(Extracted information Opens)

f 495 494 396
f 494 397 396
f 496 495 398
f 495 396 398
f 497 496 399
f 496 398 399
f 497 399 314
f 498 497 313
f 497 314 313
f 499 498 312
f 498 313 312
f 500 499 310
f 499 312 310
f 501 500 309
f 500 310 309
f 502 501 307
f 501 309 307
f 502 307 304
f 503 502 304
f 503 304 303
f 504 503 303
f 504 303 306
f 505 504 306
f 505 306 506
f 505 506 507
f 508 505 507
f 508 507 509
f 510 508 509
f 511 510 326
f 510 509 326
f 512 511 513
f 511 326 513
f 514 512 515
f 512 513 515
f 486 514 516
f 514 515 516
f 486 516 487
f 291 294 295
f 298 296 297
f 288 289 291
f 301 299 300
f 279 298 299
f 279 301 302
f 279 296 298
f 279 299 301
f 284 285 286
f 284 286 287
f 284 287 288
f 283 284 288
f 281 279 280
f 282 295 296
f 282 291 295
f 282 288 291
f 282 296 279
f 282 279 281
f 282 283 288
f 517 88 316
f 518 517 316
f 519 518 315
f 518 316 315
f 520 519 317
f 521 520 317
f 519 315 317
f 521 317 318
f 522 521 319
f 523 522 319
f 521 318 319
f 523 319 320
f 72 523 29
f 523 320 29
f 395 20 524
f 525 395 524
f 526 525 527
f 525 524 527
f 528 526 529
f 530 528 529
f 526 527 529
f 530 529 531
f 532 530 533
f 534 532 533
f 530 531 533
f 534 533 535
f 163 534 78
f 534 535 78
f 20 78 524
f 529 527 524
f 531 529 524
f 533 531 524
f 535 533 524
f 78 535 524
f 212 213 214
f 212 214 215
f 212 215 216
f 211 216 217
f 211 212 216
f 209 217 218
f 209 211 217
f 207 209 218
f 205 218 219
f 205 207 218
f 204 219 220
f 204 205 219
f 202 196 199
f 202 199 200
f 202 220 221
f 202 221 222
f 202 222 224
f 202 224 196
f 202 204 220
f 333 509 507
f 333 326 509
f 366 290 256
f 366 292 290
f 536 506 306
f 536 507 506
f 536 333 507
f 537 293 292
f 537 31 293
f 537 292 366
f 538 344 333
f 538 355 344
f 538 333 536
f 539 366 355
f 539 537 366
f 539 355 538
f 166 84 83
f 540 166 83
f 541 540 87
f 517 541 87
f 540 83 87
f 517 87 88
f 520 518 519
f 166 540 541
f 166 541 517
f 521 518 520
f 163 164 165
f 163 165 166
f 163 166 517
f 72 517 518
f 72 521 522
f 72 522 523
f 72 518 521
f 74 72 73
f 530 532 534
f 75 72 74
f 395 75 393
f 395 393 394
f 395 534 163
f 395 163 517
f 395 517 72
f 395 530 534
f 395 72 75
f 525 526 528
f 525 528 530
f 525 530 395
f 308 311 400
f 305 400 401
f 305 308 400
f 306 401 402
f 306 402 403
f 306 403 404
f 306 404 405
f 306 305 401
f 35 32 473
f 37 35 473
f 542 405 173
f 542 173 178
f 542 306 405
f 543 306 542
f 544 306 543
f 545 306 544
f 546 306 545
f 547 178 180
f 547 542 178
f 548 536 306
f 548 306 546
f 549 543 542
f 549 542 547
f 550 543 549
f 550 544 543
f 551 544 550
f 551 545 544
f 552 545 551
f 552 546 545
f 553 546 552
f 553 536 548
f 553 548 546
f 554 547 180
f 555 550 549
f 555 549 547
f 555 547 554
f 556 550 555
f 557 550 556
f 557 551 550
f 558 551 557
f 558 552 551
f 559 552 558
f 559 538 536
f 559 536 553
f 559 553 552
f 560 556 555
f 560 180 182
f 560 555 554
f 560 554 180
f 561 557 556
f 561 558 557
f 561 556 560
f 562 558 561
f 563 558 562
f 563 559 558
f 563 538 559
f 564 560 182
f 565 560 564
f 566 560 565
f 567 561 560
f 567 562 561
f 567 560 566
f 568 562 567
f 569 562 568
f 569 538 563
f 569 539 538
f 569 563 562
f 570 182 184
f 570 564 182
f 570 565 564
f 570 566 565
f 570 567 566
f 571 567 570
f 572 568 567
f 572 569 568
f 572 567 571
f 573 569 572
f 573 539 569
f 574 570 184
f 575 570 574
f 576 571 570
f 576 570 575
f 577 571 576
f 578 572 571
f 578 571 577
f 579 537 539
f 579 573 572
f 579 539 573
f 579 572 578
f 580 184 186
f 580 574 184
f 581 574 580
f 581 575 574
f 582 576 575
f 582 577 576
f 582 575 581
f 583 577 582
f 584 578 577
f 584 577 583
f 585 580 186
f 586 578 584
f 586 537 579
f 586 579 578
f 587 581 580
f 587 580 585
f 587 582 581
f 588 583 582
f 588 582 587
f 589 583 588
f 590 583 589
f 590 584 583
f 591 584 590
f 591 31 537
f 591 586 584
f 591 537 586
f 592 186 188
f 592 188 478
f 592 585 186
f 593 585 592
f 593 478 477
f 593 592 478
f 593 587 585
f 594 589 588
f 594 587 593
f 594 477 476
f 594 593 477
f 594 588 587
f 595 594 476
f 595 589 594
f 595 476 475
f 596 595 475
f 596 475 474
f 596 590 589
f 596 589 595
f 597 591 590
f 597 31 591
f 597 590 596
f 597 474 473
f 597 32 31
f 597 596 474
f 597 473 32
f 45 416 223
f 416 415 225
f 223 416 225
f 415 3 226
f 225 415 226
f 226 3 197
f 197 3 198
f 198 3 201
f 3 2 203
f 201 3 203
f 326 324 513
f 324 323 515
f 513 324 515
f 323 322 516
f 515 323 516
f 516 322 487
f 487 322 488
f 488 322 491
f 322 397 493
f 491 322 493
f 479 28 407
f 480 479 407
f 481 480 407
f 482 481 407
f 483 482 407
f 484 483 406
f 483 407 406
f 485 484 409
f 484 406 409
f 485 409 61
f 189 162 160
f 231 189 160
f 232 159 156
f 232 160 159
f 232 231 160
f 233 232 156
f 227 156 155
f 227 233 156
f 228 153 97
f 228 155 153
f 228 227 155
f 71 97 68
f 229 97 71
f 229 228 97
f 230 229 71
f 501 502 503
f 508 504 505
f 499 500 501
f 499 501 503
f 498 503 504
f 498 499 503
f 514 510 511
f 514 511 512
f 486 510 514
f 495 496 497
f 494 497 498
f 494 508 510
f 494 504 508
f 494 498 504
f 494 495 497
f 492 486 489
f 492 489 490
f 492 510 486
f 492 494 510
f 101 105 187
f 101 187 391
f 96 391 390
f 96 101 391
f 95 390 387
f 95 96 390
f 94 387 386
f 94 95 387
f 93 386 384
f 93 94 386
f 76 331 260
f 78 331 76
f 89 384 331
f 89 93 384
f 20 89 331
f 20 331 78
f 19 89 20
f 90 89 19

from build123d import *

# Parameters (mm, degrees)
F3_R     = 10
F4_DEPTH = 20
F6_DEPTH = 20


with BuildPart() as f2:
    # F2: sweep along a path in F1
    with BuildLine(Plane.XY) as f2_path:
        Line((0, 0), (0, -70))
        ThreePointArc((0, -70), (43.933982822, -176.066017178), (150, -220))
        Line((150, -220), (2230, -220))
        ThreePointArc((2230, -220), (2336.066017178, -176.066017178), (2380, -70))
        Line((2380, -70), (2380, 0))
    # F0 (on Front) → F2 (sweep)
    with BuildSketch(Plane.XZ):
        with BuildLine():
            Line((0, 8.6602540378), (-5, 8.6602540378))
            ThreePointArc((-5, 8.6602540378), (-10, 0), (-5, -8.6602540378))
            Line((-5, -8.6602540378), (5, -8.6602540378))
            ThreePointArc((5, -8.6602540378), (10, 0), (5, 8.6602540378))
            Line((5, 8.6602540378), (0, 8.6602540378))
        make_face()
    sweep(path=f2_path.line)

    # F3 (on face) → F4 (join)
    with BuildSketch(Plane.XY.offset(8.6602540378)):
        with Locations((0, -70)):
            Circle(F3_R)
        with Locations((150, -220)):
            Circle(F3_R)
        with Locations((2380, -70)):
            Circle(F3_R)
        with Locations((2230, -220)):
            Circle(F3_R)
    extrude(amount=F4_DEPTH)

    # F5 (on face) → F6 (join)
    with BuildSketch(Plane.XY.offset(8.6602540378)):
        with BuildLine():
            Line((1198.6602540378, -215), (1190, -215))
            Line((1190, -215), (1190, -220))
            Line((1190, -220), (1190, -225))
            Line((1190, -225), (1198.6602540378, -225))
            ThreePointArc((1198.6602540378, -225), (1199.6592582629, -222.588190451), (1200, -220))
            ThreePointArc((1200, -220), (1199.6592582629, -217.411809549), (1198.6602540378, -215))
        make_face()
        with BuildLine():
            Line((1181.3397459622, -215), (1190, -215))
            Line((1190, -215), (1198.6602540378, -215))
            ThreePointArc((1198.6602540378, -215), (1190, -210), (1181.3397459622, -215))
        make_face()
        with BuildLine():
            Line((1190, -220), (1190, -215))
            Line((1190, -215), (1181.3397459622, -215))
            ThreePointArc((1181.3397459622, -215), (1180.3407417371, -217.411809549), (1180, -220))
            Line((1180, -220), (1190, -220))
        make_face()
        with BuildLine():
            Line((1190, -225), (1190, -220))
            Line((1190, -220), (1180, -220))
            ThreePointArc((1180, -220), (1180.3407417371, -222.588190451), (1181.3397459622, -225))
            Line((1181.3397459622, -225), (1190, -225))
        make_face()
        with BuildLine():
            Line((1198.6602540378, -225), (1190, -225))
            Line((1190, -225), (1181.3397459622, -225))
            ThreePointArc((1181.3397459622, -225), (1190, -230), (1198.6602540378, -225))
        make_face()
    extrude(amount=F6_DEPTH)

(Extracted information Closes)

Activity – Extract exactly the leading lines of the data, stopping at and including the line with "f 282 283 288".

Output of the exercise –
f 495 494 396
f 494 397 396
f 496 495 398
f 495 396 398
f 497 496 399
f 496 398 399
f 497 399 314
f 498 497 313
f 497 314 313
f 499 498 312
f 498 313 312
f 500 499 310
f 499 312 310
f 501 500 309
f 500 310 309
f 502 501 307
f 501 309 307
f 502 307 304
f 503 502 304
f 503 304 303
f 504 503 303
f 504 303 306
f 505 504 306
f 505 306 506
f 505 506 507
f 508 505 507
f 508 507 509
f 510 508 509
f 511 510 326
f 510 509 326
f 512 511 513
f 511 326 513
f 514 512 515
f 512 513 515
f 486 514 516
f 514 515 516
f 486 516 487
f 291 294 295
f 298 296 297
f 288 289 291
f 301 299 300
f 279 298 299
f 279 301 302
f 279 296 298
f 279 299 301
f 284 285 286
f 284 286 287
f 284 287 288
f 283 284 288
f 281 279 280
f 282 295 296
f 282 291 295
f 282 288 291
f 282 296 279
f 282 279 281
f 282 283 288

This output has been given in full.